Campbell v. McLain

The opinion of the court was delivered, by

Read, J.

A trustee for creditors suing out a mortgage belonging-to the trust, and attending at the sheriff’s sale under the execution issued by him or his order, and purchasing the real estate at such sale in his own name, it is as trustee for the creditors. This is the legal implication arising from the whole transaction. “It is certainly not necessary,” says Justice Black in Sherman’s Appeal, 3 Casey 66, “ to decide now, that an executor who buys at his own sale, or, what is precisely the same thing, gets another to buy for him, holds the lands on the same trusts that it was subject to before the sale.” In that case the executor settled what purported to be a final account, and set it up as a bar to any further claim, but the court unhesitatingly decided that it was no bar; and in Rosenberger’s Appeal, 2 Casey 69, Chief Justice Lewis said: “ The acceptance of part of the proceeds, under the circumstances stated, does not estop the parties entitled from claiming the residue. Such an act might bind them not to disturb the title of a purchaser, but surely the payment of part of what the executor owed is no reason why they should not pay the residue.” “ When,” says Chief Justice Gibson in Chronister v. Bushey, 7 W. & S. 153, “he appears as both seller and buyer, as when the estate has been sold by him and bid in for him at auction, the preventive justice of a chan*203cellor goes further, and forbids .him to acquire an indefeasible title to it against the cestui que trust on any pretence.”

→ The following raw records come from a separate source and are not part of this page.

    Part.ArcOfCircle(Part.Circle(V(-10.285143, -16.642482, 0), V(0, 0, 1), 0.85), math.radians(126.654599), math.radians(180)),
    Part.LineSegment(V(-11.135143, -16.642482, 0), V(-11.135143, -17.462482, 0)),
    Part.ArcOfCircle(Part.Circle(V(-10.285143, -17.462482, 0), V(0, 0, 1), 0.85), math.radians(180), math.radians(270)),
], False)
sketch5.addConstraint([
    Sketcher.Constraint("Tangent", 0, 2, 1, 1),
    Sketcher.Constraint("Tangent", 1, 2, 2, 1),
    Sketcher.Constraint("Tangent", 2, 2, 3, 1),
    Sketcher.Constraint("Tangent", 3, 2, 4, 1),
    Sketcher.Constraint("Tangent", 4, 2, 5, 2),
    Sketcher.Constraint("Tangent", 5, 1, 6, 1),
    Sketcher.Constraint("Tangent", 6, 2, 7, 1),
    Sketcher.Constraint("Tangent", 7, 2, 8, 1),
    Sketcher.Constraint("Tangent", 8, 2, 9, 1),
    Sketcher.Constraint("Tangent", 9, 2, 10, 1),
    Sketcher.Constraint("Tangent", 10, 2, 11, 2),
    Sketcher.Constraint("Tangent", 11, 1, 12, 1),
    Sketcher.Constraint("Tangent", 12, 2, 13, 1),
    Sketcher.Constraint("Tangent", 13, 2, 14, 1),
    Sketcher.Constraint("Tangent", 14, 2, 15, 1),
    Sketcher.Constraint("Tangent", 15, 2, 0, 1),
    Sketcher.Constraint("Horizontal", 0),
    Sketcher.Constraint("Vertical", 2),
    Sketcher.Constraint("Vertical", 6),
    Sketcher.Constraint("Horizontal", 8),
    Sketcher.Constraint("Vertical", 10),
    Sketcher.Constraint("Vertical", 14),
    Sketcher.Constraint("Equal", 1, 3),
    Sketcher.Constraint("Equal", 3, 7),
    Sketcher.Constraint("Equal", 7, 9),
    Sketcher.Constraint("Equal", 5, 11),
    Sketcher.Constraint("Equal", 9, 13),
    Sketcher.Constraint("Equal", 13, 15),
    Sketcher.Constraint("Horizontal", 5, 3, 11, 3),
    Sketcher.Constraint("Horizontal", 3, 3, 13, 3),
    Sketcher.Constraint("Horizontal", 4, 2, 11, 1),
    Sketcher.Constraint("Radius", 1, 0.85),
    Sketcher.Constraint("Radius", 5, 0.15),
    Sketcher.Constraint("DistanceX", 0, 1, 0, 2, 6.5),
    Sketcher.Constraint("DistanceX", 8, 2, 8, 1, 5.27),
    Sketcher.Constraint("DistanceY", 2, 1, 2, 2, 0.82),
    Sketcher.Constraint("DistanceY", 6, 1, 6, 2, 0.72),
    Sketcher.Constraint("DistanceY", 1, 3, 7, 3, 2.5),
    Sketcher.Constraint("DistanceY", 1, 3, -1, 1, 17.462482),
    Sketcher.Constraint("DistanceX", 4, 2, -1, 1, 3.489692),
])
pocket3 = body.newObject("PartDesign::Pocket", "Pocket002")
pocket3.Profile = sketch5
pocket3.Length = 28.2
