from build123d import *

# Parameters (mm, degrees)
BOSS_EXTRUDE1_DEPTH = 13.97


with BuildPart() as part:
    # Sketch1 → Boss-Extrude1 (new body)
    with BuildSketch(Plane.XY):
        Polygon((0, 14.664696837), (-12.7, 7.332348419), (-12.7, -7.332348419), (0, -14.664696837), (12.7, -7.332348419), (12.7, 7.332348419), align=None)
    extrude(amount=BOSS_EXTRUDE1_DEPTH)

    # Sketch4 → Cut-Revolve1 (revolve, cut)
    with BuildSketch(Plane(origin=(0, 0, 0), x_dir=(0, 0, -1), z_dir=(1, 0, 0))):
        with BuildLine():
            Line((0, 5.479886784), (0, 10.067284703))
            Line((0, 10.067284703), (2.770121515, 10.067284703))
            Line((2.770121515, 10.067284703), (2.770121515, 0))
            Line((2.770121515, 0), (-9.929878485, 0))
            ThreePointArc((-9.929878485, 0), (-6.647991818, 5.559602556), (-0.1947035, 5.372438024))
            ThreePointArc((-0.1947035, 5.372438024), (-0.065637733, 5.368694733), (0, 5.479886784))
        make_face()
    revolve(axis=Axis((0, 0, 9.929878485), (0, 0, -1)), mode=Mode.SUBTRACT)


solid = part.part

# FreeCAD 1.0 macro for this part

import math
import FreeCAD as App
import Part
import Sketcher
from FreeCAD import Vector
Q = App.Units.Quantity

doc = App.newDocument("Part")
body = doc.addObject("PartDesign::Body", "Body")

# Sketch on XY plane
sketch1 = body.newObject("Sketcher::SketchObject", "Sketch")
sketch1.AttachmentSupport = (doc.getObject("XY_Plane"), [""])
sketch1.MapMode = "FlatFace"
sketch1.addGeometry(Part.LineSegment(Vector(0, 14.664697, 0), Vector(-12.7, 7.332348, 0)), False)
sketch1.addGeometry(Part.LineSegment(Vector(-12.7, 7.332348, 0), Vector(-12.7, -7.332348, 0)), False)
sketch1.addGeometry(Part.LineSegment(Vector(-12.7, -7.332348, 0), Vector(0, -14.664697, 0)), False)
sketch1.addGeometry(Part.LineSegment(Vector(0, -14.664697, 0), Vector(12.7, -7.332348, 0)), False)
sketch1.addGeometry(Part.LineSegment(Vector(12.7, -7.332348, 0), Vector(12.7, 7.332348, 0)), False)
sketch1.addGeometry(Part.LineSegment(Vector(12.7, 7.332348, 0), Vector(0, 14.664697, 0)), False)
sketch1.addConstraint(Sketcher.Constraint("Coincident", 0, 2, 1, 1))
sketch1.addConstraint(Sketcher.Constraint("Coincident", 1, 2, 2, 1))
sketch1.addConstraint(Sketcher.Constraint("Coincident", 2, 2, 3, 1))
sketch1.addConstraint(Sketcher.Constraint("Coincident", 3, 2, 4, 1))
sketch1.addConstraint(Sketcher.Constraint("Coincident", 4, 2, 5, 1))
sketch1.addConstraint(Sketcher.Constraint("Coincident", 5, 2, 0, 1))
sketch1.addConstraint(Sketcher.Constraint("Vertical", 1))
sketch1.addConstraint(Sketcher.Constraint("Vertical", 4))
sketch1.addConstraint(Sketcher.Constraint("Symmetric", 0, 2, 3, 2, -1, 1))
sketch1.addConstraint(Sketcher.Constraint("Symmetric", 2, 2, 5, 2, -1, 1))
sketch1.addConstraint(Sketcher.Constraint("PointOnObject", 2, 2, -2))
sketch1.addConstraint(Sketcher.Constraint("Parallel", 2, 5))
sketch1.addConstraint(Sketcher.Constraint("Horizontal", 1, 2, 3, 2))
sketch1.addConstraint(Sketcher.Constraint("Angle", 0, Q("-150 deg")))
sketch1.addConstraint(Sketcher.Constraint("DistanceX", 1, 2, 3, 2, Q("1 in")))
sketch1.addConstraint(Sketcher.Constraint("DistanceY", 1, 2, 1, 1, Q("14.664697 mm")))
pad1 = body.newObject("PartDesign::Pad", "Pad")
pad1.Profile = sketch1
pad1.Length = Q("0.55 in")

# Sketch on YZ plane
sketch2 = body.newObject("Sketcher::SketchObject", "Sketch001")
sketch2.AttachmentSupport = (doc.getObject("YZ_Plane"), [""])
sketch2.MapMode = "FlatFace"
sketch2.addGeometry(Part.LineSegment(Vector(10.067285, 0, 0), Vector(5.479887, 0, 0)), False)
sketch2.addGeometry(Part.ArcOfCircle(Part.Circle(Vector(5.479887, 0.127, 0), Vector(0, 0, 1), 0.127), math.radians(147.784957), math.radians(270)), False)
sketch2.addGeometry(Part.ArcOfCircle(Part.Circle(Vector(0, 3.579878, 0), Vector(0, 0, 1), 6.35), math.radians(-32.215043), math.radians(90)), False)
sketch2.addGeometry(Part.LineSegment(Vector(0, 9.929878, 0), Vector(0, -2.770122, 0)), False)
sketch2.addGeometry(Part.LineSegment(Vector(0, -2.770122, 0), Vector(10.067285, -2.770122, 0)), False)
sketch2.addGeometry(Part.LineSegment(Vector(10.067285, -2.770122, 0), Vector(10.067285, 0, 0)), False)
sketch2.addConstraint(Sketcher.Constraint("Tangent", 0, 2, 1, 2))
sketch2.addConstraint(Sketcher.Constraint("Tangent", 1, 1, 2, 1))
sketch2.addConstraint(Sketcher.Constraint("Coincident", 2, 2, 3, 1))
sketch2.addConstraint(Sketcher.Constraint("Coincident", 3, 2, 4, 1))
sketch2.addConstraint(Sketcher.Constraint("Coincident", 4, 2, 5, 1))
sketch2.addConstraint(Sketcher.Constraint("Coincident", 5, 2, 0, 1))
sketch2.addConstraint(Sketcher.Constraint("Horizontal", 0))
sketch2.addConstraint(Sketcher.Constraint("Vertical", 3))
sketch2.addConstraint(Sketcher.Constraint("Horizontal", 4))
sketch2.addConstraint(Sketcher.Constraint("Vertical", 5))
sketch2.addConstraint(Sketcher.Constraint("PointOnObject", 2, 3, -2))
sketch2.addConstraint(Sketcher.Constraint("PointOnObject", 0, 2, -1))
sketch2.addConstraint(Sketcher.Constraint("PointOnObject", 2, 2, -2))
sketch2.addConstraint(Sketcher.Constraint("Radius", 2, Q("0.25 in")))
sketch2.addConstraint(Sketcher.Constraint("DistanceY", 3, 2, 3, 1, Q("0.5 in")))
sketch2.addConstraint(Sketcher.Constraint("Radius", 1, Q("0.005 in")))
sketch2.addConstraint(Sketcher.Constraint("DistanceY", 5, 1, 5, 2, Q("2.770122 mm")))
sketch2.addConstraint(Sketcher.Constraint("DistanceX", 0, 2, 0, 1, Q("4.587398 mm")))
groove = body.newObject("PartDesign::Groove", "Groove")
groove.Profile = sketch2
groove.ReferenceAxis = (sketch2, ["V_Axis"])
groove.Angle = 360

doc.recompute()
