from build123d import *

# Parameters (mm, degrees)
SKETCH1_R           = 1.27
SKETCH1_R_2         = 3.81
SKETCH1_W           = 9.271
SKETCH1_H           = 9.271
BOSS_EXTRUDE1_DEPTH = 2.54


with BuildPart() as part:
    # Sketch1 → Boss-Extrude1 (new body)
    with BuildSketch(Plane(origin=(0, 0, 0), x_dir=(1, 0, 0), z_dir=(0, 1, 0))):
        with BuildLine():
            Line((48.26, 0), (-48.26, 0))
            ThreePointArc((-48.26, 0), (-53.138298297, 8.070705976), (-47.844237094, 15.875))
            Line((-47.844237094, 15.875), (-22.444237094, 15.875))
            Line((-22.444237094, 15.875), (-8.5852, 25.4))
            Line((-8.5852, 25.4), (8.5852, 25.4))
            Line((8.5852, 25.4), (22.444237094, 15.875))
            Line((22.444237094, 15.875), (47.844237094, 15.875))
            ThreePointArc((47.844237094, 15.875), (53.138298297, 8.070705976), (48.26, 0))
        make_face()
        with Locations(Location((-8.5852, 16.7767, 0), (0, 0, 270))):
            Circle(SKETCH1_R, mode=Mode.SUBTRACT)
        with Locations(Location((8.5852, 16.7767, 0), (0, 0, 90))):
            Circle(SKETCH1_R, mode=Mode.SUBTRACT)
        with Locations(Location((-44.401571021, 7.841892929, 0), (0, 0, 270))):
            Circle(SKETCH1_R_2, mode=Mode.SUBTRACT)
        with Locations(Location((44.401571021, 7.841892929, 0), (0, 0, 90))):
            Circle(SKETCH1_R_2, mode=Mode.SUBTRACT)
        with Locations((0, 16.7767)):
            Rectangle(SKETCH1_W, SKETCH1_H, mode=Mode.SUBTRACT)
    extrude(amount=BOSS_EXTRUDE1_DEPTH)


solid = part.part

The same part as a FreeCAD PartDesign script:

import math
import FreeCAD as App
import Part
import Sketcher
from FreeCAD import Vector
Q = App.Units.Quantity


def add_polygon(sketch, points):
    """Adds a closed chain of lines whose ends are joined by coincident constraints."""
    first, n = sketch.GeometryCount, len(points)
    for a, b in zip(points, points[1:] + points[:1]):
        sketch.addGeometry(Part.LineSegment(App.Vector(*a, 0), App.Vector(*b, 0)), False)
    for i in range(n):
        sketch.addConstraint(Sketcher.Constraint("Coincident", first + i, 2, first + (i + 1) % n, 1))

doc = App.newDocument("Part")
body = doc.addObject("PartDesign::Body", "Body")

# Sketch on XZ plane
sketch1 = body.newObject("Sketcher::SketchObject", "Sketch")
sketch1.AttachmentSupport = (doc.getObject("XZ_Plane"), [""])
sketch1.MapMode = "FlatFace"
sketch1.addGeometry(Part.LineSegment(Vector(-48.3, 0, 0), Vector(48.3, 0, 0)), False)  # 0
sketch1.addGeometry(Part.ArcOfCircle(Part.Circle(Vector(44.4, -7.8, 0), Vector(0, 0, 1), 8.7), math.radians(-67), math.radians(64)), False)  # 1
sketch1.addGeometry(Part.LineSegment(Vector(47.8, -15.9, 0), Vector(22.4, -15.9, 0)), False)  # 2
sketch1.addGeometry(Part.LineSegment(Vector(22.4, -15.9, 0), Vector(8.6, -25.4, 0)), False)  # 3
sketch1.addGeometry(Part.LineSegment(Vector(8.6, -25.4, 0), Vector(-8.6, -25.4, 0)), False)  # 4
sketch1.addGeometry(Part.LineSegment(Vector(-8.6, -25.4, 0), Vector(-22.4, -15.9, 0)), False)  # 5
sketch1.addGeometry(Part.LineSegment(Vector(-22.4, -15.9, 0), Vector(-47.8, -15.9, 0)), False)  # 6
sketch1.addGeometry(Part.ArcOfCircle(Part.Circle(Vector(-44.4, -7.8, 0), Vector(0, 0, 1), 8.7), math.radians(116), math.radians(247)), False)  # 7
sketch1.addGeometry(Part.Circle(Vector(44.4, -7.8, 0), Vector(0, 0, 1), 3.8), False)  # 8
sketch1.addGeometry(Part.Circle(Vector(-44.4, -7.8, 0), Vector(0, 0, 1), 3.8), False)  # 9
sketch1.addGeometry(Part.Circle(Vector(8.6, -16.8, 0), Vector(0, 0, 1), 1.3), False)  # 10
add_polygon(sketch1, [(-4.6, -12.1), (-4.6, -21.4), (4.6, -21.4), (4.6, -12.1)])  # lines 11-14
sketch1.addGeometry(Part.Circle(Vector(-8.6, -16.8, 0), Vector(0, 0, 1), 1.3), False)  # 15
sketch1.addConstraint(Sketcher.Constraint("Coincident", 0, 2, 1, 2))
sketch1.addConstraint(Sketcher.Constraint("Coincident", 1, 1, 2, 1))
sketch1.addConstraint(Sketcher.Constraint("Coincident", 2, 2, 3, 1))
sketch1.addConstraint(Sketcher.Constraint("Coincident", 3, 2, 4, 1))
sketch1.addConstraint(Sketcher.Constraint("Coincident", 4, 2, 5, 1))
sketch1.addConstraint(Sketcher.Constraint("Coincident", 5, 2, 6, 1))
sketch1.addConstraint(Sketcher.Constraint("Coincident", 6, 2, 7, 2))
sketch1.addConstraint(Sketcher.Constraint("Coincident", 7, 1, 0, 1))
sketch1.addConstraint(Sketcher.Constraint("Horizontal", 0))
sketch1.addConstraint(Sketcher.Constraint("Horizontal", 2))
sketch1.addConstraint(Sketcher.Constraint("Horizontal", 4))
sketch1.addConstraint(Sketcher.Constraint("Horizontal", 6))
sketch1.addConstraint(Sketcher.Constraint("Vertical", 11))
sketch1.addConstraint(Sketcher.Constraint("Horizontal", 12))
sketch1.addConstraint(Sketcher.Constraint("Vertical", 13))
sketch1.addConstraint(Sketcher.Constraint("Horizontal", 14))
sketch1.addConstraint(Sketcher.Constraint("Coincident", 8, 3, 1, 3))
sketch1.addConstraint(Sketcher.Constraint("Coincident", 9, 3, 7, 3))
sketch1.addConstraint(Sketcher.Constraint("Equal", 1, 7))
sketch1.addConstraint(Sketcher.Constraint("Equal", 8, 9))
sketch1.addConstraint(Sketcher.Constraint("Equal", 10, 15))
sketch1.addConstraint(Sketcher.Constraint("Symmetric", 0, 2, 7, 1, -1, 1))
sketch1.addConstraint(Sketcher.Constraint("Symmetric", 10, 3, 15, 3, -2))
sketch1.addConstraint(Sketcher.Constraint("Symmetric", 2, 2, 5, 2, -2))
sketch1.addConstraint(Sketcher.Constraint("Horizontal", 1, 3, 7, 3))
sketch1.addConstraint(Sketcher.Constraint("Vertical", 10, 3, 3, 2))
sketch1.addConstraint(Sketcher.Constraint("Vertical", 15, 3, 4, 2))
sketch1.addConstraint(Sketcher.Constraint("Equal", 14, 11))
sketch1.addConstraint(Sketcher.Constraint("Diameter", 8, Q("0.3 in")))
sketch1.addConstraint(Sketcher.Constraint("Diameter", 10, Q("0.1 in")))
sketch1.addConstraint(Sketcher.Constraint("DistanceX", 2, 2, 2, 1, Q("1 in")))
sketch1.addConstraint(Sketcher.Constraint("DistanceX", 0, 1, 0, 2, Q("3.8 in")))
sketch1.addConstraint(Sketcher.Constraint("DistanceY", 3, 2, -1, 1, Q("1 in")))
sketch1.addConstraint(Sketcher.Constraint("DistanceX", 4, 2, 4, 1, Q("0.676 in")))
sketch1.addConstraint(Sketcher.Constraint("DistanceX", 12, 1, 12, 2, Q("0.365 in")))
sketch1.addConstraint(Sketcher.Constraint("DistanceY", 1, 1, -1, 1, Q("0.625 in")))
sketch1.addConstraint(Sketcher.Constraint("DistanceY", 11, 2, -1, 1, Q("0.843 in")))
sketch1.addConstraint(Sketcher.Constraint("DistanceY", 10, 3, -1, 1, Q("0.6605 in")))
sketch1.addConstraint(Sketcher.Constraint("DistanceX", 11, 2, -1, 1, Q("0.1825 in")))
sketch1.addConstraint(Sketcher.Constraint("Radius", 1, Q("8.739723 mm")))
sketch1.addConstraint(Sketcher.Constraint("DistanceX", -1, 1, 1, 3, Q("44.401571 mm")))
pad1 = body.newObject("PartDesign::Pad", "Pad")
pad1.Profile = sketch1
pad1.Length = Q("0.1 in")
pad1.Reversed = True

doc.recompute()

The general principle applicable to and governing all cases like the present, is well stated in the Manual of Equity Jurisprudence, p. 176: “If a trustee or other person standing in a fiduciary relation acquires property, or makes a profit, by means of transactions within the scope of his agency or authority, or if a person employs another’s property in any trade or speculation, there will be a constructive trust as to the property so acquired, or the profits so made, for the benefit of the cestui que trust, principal owner or other person standing in the opposite relation.”

There can therefore be no doubt that in the present case the creditors had a right to consider the trustee as purchasing for them, upon the same trusts on which the mortgage had-been held. In this case the property purchased was sold by the insolvent for $2808, and the balance due on the mortgage at the rendition of the judgment was $2011.09, and this was the residue of the purchase-money unpaid. The price bid was $200, of which the trustee only paid the costs, reducing it to $190.81, for which he simply gave his receipt as trustee, never paying a dollar of it to the sheriff.

If the trustee purchased with an intention to hold it for himself, it was clearly a legal fraud ; and looking at the enormous disparity between the original price and the price bid, being one-fourteenth only of . the amount it was sold for by the insolvent, it forces upon us a moral conviction that it was an actual.fraud upon the creditors.

Any confirmation, therefore, of such a sale by the real seller to himself, must be upon a full knowledge of all the circumstances and a deliberate examination by the parties interested, who are the cestuis que trust, whose interests this trustee was bound by every principle of honesty and good faith to protect and promote. It resembles itself, to “ an election by matter in pais, which can only be determined by plain and unequivocal acts under a full knowledge of all the circumstances and of the party’s rights.”

“ One is not bound to elect until he is fully informed of the relative value of the things he is to choose between; and if he make an election before the circumstances necessary to a judicious and discriminating choice are ascertained, will not be bound:” 12 Casey 496. Such is the manifest tenor of the language of Chief Justices Lewis and Black in the cases above cited.

In this case a partial account was filed by the assignee containing this entry, without a single word of explanation showing the accountant was both seller and buyer:—

“ Proceeds of sale of real estate of F. H. Amend on lev. fa. No. 71 March'Term 1857. $190.84.”

Between this period and the filing of the final account, or *204during its pendency,' the facts of the sale appear to have been known to the creditors. The land remains in the hands of the trustee, and he loses nothing by the decree of the court except his expected profit from an act intended on his part as a positive breach of trust. Such acts of a trustee ought not to be passed over or excused, and no counsel could ever advise an assignee for creditors in like circumstances that he could become a purchaser for himself, and for his own benefit, at his own sale.

Decree affirmed at the costs of the appellant.